The task —
Give back the lines of the records exactly, starting at the first and ending at the one with "v 1.98 10.218 11.735".

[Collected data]
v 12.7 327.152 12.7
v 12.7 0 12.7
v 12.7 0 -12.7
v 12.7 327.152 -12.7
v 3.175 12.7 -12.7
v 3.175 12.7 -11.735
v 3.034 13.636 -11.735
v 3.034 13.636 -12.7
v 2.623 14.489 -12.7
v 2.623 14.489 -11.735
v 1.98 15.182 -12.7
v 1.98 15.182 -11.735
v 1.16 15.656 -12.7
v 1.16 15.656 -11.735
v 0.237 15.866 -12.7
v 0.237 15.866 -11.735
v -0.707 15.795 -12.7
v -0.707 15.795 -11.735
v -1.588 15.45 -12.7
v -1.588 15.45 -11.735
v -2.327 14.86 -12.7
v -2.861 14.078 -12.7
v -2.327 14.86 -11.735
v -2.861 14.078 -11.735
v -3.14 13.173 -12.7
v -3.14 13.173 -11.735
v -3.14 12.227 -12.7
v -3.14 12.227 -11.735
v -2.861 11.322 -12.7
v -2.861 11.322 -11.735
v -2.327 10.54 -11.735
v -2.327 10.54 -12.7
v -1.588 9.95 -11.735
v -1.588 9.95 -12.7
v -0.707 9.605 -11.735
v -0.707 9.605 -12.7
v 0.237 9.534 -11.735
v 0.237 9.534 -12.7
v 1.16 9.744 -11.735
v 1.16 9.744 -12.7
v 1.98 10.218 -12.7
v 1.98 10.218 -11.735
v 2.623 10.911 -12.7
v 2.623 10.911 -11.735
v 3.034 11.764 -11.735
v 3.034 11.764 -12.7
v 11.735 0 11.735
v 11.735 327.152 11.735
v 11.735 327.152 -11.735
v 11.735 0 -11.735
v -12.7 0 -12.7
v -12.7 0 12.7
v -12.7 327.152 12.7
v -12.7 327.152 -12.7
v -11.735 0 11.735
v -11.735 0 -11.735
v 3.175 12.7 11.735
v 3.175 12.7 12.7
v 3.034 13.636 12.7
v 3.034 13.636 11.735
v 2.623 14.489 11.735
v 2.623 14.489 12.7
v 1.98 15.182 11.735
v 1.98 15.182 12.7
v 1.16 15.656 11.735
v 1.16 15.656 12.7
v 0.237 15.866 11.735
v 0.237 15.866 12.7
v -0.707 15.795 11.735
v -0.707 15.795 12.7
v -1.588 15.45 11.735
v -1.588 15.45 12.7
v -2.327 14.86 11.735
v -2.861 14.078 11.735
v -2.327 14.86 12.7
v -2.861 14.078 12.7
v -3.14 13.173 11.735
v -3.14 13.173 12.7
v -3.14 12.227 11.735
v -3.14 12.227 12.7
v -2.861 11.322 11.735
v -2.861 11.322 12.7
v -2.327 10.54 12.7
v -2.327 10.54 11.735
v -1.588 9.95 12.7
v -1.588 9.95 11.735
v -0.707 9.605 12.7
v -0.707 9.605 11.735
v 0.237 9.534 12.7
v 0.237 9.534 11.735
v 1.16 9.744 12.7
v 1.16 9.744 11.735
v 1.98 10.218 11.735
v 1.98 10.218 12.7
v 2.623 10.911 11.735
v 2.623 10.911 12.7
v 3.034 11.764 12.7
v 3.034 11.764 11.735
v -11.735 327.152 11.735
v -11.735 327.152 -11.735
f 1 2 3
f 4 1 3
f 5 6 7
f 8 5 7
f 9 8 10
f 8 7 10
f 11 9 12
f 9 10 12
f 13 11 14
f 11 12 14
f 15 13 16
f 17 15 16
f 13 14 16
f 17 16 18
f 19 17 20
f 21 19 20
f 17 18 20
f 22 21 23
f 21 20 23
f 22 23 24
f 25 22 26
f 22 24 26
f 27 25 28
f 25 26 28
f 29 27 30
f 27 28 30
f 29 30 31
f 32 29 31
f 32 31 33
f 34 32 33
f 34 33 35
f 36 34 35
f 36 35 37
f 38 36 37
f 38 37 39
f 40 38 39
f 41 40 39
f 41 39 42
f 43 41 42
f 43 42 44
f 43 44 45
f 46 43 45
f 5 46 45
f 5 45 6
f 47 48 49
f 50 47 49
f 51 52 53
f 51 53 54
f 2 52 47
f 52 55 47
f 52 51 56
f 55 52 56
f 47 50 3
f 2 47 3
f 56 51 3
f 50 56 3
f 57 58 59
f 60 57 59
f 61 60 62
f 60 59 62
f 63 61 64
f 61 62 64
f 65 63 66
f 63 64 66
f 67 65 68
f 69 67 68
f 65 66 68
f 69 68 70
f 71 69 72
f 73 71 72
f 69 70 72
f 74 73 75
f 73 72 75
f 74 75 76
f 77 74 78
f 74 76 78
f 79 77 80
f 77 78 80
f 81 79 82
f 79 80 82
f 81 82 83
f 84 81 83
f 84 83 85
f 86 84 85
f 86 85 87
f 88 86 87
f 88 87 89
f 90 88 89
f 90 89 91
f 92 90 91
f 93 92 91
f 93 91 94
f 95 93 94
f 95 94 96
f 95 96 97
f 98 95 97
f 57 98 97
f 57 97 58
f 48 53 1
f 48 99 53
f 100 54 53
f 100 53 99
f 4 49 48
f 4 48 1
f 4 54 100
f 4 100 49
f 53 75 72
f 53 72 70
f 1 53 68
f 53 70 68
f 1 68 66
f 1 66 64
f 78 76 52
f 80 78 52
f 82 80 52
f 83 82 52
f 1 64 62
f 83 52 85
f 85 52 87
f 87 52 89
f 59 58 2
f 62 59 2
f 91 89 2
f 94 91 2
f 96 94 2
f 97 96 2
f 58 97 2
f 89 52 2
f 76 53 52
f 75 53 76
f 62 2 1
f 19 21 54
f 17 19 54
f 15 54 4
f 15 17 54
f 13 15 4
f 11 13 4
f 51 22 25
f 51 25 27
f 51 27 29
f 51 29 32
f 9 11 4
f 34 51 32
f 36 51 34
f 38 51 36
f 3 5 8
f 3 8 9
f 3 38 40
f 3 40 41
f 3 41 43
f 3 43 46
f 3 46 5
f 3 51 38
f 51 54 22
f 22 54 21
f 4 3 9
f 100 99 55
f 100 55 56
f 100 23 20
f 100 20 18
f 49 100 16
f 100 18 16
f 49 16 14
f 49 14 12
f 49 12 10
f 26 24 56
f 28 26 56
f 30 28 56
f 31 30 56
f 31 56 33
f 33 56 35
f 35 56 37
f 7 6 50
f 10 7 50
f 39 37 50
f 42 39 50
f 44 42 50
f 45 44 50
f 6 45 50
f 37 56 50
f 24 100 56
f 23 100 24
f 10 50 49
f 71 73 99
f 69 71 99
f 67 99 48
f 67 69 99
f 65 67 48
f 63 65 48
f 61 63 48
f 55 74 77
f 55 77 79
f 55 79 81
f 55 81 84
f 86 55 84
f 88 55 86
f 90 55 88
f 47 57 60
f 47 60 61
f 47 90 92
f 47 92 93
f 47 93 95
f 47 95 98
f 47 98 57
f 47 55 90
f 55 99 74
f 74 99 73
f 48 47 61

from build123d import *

# Parameters (mm, degrees)
SKETCH1_W           = 25.4
SKETCH1_H           = 25.4
SKETCH1_W_2         = 23.4696
SKETCH1_H_2         = 23.4696
BOSS_EXTRUDE1_DEPTH = 327.152
SKETCH3_R           = 3.175
CUT_EXTRUDE1_DEPTH  = 292.1


with BuildPart() as part:
    # Sketch1 → Boss-Extrude1 (new body)
    with BuildSketch(Plane(origin=(0, 0, 0), x_dir=(1, 0, 0), z_dir=(0, 1, 0))):
        Rectangle(SKETCH1_W, SKETCH1_H)
        Rectangle(SKETCH1_W_2, SKETCH1_H_2, mode=Mode.SUBTRACT)
    extrude(amount=BOSS_EXTRUDE1_DEPTH)

    # Sketch3 → Cut-Extrude1 (cut)
    with BuildSketch(Plane.XY.offset(12.7)):
        with Locations((0, 12.7)):
            Circle(SKETCH3_R)
    extrude(amount=-CUT_EXTRUDE1_DEPTH, mode=Mode.SUBTRACT)


solid = part.part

Answer section —
v 12.7 327.152 12.7
v 12.7 0 12.7
v 12.7 0 -12.7
v 12.7 327.152 -12.7
v 3.175 12.7 -12.7
v 3.175 12.7 -11.735
v 3.034 13.636 -11.735
v 3.034 13.636 -12.7
v 2.623 14.489 -12.7
v 2.623 14.489 -11.735
v 1.98 15.182 -12.7
v 1.98 15.182 -11.735
v 1.16 15.656 -12.7
v 1.16 15.656 -11.735
v 0.237 15.866 -12.7
v 0.237 15.866 -11.735
v -0.707 15.795 -12.7
v -0.707 15.795 -11.735
v -1.588 15.45 -12.7
v -1.588 15.45 -11.735
v -2.327 14.86 -12.7
v -2.861 14.078 -12.7
v -2.327 14.86 -11.735
v -2.861 14.078 -11.735
v -3.14 13.173 -12.7
v -3.14 13.173 -11.735
v -3.14 12.227 -12.7
v -3.14 12.227 -11.735
v -2.861 11.322 -12.7
v -2.861 11.322 -11.735
v -2.327 10.54 -11.735
v -2.327 10.54 -12.7
v -1.588 9.95 -11.735
v -1.588 9.95 -12.7
v -0.707 9.605 -11.735
v -0.707 9.605 -12.7
v 0.237 9.534 -11.735
v 0.237 9.534 -12.7
v 1.16 9.744 -11.735
v 1.16 9.744 -12.7
v 1.98 10.218 -12.7
v 1.98 10.218 -11.735
v 2.623 10.911 -12.7
v 2.623 10.911 -11.735
v 3.034 11.764 -11.735
v 3.034 11.764 -12.7
v 11.735 0 11.735
v 11.735 327.152 11.735
v 11.735 327.152 -11.735
v 11.735 0 -11.735
v -12.7 0 -12.7
v -12.7 0 12.7
v -12.7 327.152 12.7
v -12.7 327.152 -12.7
v -11.735 0 11.735
v -11.735 0 -11.735
v 3.175 12.7 11.735
v 3.175 12.7 12.7
v 3.034 13.636 12.7
v 3.034 13.636 11.735
v 2.623 14.489 11.735
v 2.623 14.489 12.7
v 1.98 15.182 11.735
v 1.98 15.182 12.7
v 1.16 15.656 11.735
v 1.16 15.656 12.7
v 0.237 15.866 11.735
v 0.237 15.866 12.7
v -0.707 15.795 11.735
v -0.707 15.795 12.7
v -1.588 15.45 11.735
v -1.588 15.45 12.7
v -2.327 14.86 11.735
v -2.861 14.078 11.735
v -2.327 14.86 12.7
v -2.861 14.078 12.7
v -3.14 13.173 11.735
v -3.14 13.173 12.7
v -3.14 12.227 11.735
v -3.14 12.227 12.7
v -2.861 11.322 11.735
v -2.861 11.322 12.7
v -2.327 10.54 12.7
v -2.327 10.54 11.735
v -1.588 9.95 12.7
v -1.588 9.95 11.735
v -0.707 9.605 12.7
v -0.707 9.605 11.735
v 0.237 9.534 12.7
v 0.237 9.534 11.735
v 1.16 9.744 12.7
v 1.16 9.744 11.735
v 1.98 10.218 11.735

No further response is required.